> **What this task involves**
From the data below, repeat exactly the lines from the line with "-10.050151051), (18.543101552, -0.770597774))" to the line with "# FreeCAD 1.0 macro for this part", both included.

> **Working data**

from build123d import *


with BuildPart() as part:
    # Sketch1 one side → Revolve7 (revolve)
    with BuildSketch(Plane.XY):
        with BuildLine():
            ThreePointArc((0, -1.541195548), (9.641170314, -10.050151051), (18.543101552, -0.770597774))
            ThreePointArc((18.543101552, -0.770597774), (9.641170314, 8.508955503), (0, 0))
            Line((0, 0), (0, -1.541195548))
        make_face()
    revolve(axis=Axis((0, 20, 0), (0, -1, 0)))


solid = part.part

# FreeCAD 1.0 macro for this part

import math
import FreeCAD as App
import Part
import Sketcher

doc = App.newDocument("Part")
params = doc.addObject("Spreadsheet::Sheet", "Params")
for row, (alias, value) in enumerate([
    ("revolution_angle", "360 deg"),
], start=1):
    params.set(f"A{row}", alias)
    params.set(f"B{row}", "=" + value)
    params.setAlias(f"B{row}", alias)

body = doc.addObject("PartDesign::Body", "Body")

sketch1 = body.newObject("Sketcher::SketchObject", "Sketch")
sketch1.AttachmentSupport = (doc.getObject("XY_Plane"), [""])
sketch1.MapMode = "FlatFace"
sketch1.addGeometry(Part.ArcOfCircle(Part.Circle(App.Vector(9.3, -0.8, 0), App.Vector(0, 0, 1), 9.3), math.radians(-175), math.radians(0)), False)
sketch1.addGeometry(Part.ArcOfCircle(Part.Circle(App.Vector(9.3, -0.8, 0), App.Vector(0, 0, 1), 9.3), math.radians(0), math.radians(175)), False)
sketch1.addGeometry(Part.LineSegment(App.Vector(0, 0, 0), App.Vector(0, -1.5, 0)), False)
sketch1.addConstraint(Sketcher.Constraint("Tangent", 0, 2, 1, 1))
sketch1.addConstraint(Sketcher.Constraint("Coincident", 1, 2, 2, 1))
sketch1.addConstraint(Sketcher.Constraint("Coincident", 2, 2, 0, 1))
sketch1.addConstraint(Sketcher.Constraint("Vertical", 2))
sketch1.addConstraint(Sketcher.Constraint("Coincident", 1, 2, -1, 1))
sketch1.addConstraint(Sketcher.Constraint("Equal", 0, 1))
sketch1.addConstraint(Sketcher.Constraint("Horizontal", 1, 3, 0, 2))
sketch1.addConstraint(Sketcher.Constraint("Radius", 0, 9.287563))
sketch1.addConstraint(Sketcher.Constraint("DistanceX", -1, 1, 0, 2, 18.543102))
revolution = body.newObject("PartDesign::Revolution", "Revolution")
revolution.Profile = sketch1
revolution.ReferenceAxis = (sketch1, ["V_Axis"])
revolution.setExpression("Angle", "Params.revolution_angle")

doc.recompute()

> **Exercise response**
            ThreePointArc((0, -1.541195548), (9.641170314, -10.050151051), (18.543101552, -0.770597774))
            ThreePointArc((18.543101552, -0.770597774), (9.641170314, 8.508955503), (0, 0))
            Line((0, 0), (0, -1.541195548))
        make_face()
    revolve(axis=Axis((0, 20, 0), (0, -1, 0)))


solid = part.part

# FreeCAD 1.0 macro for this part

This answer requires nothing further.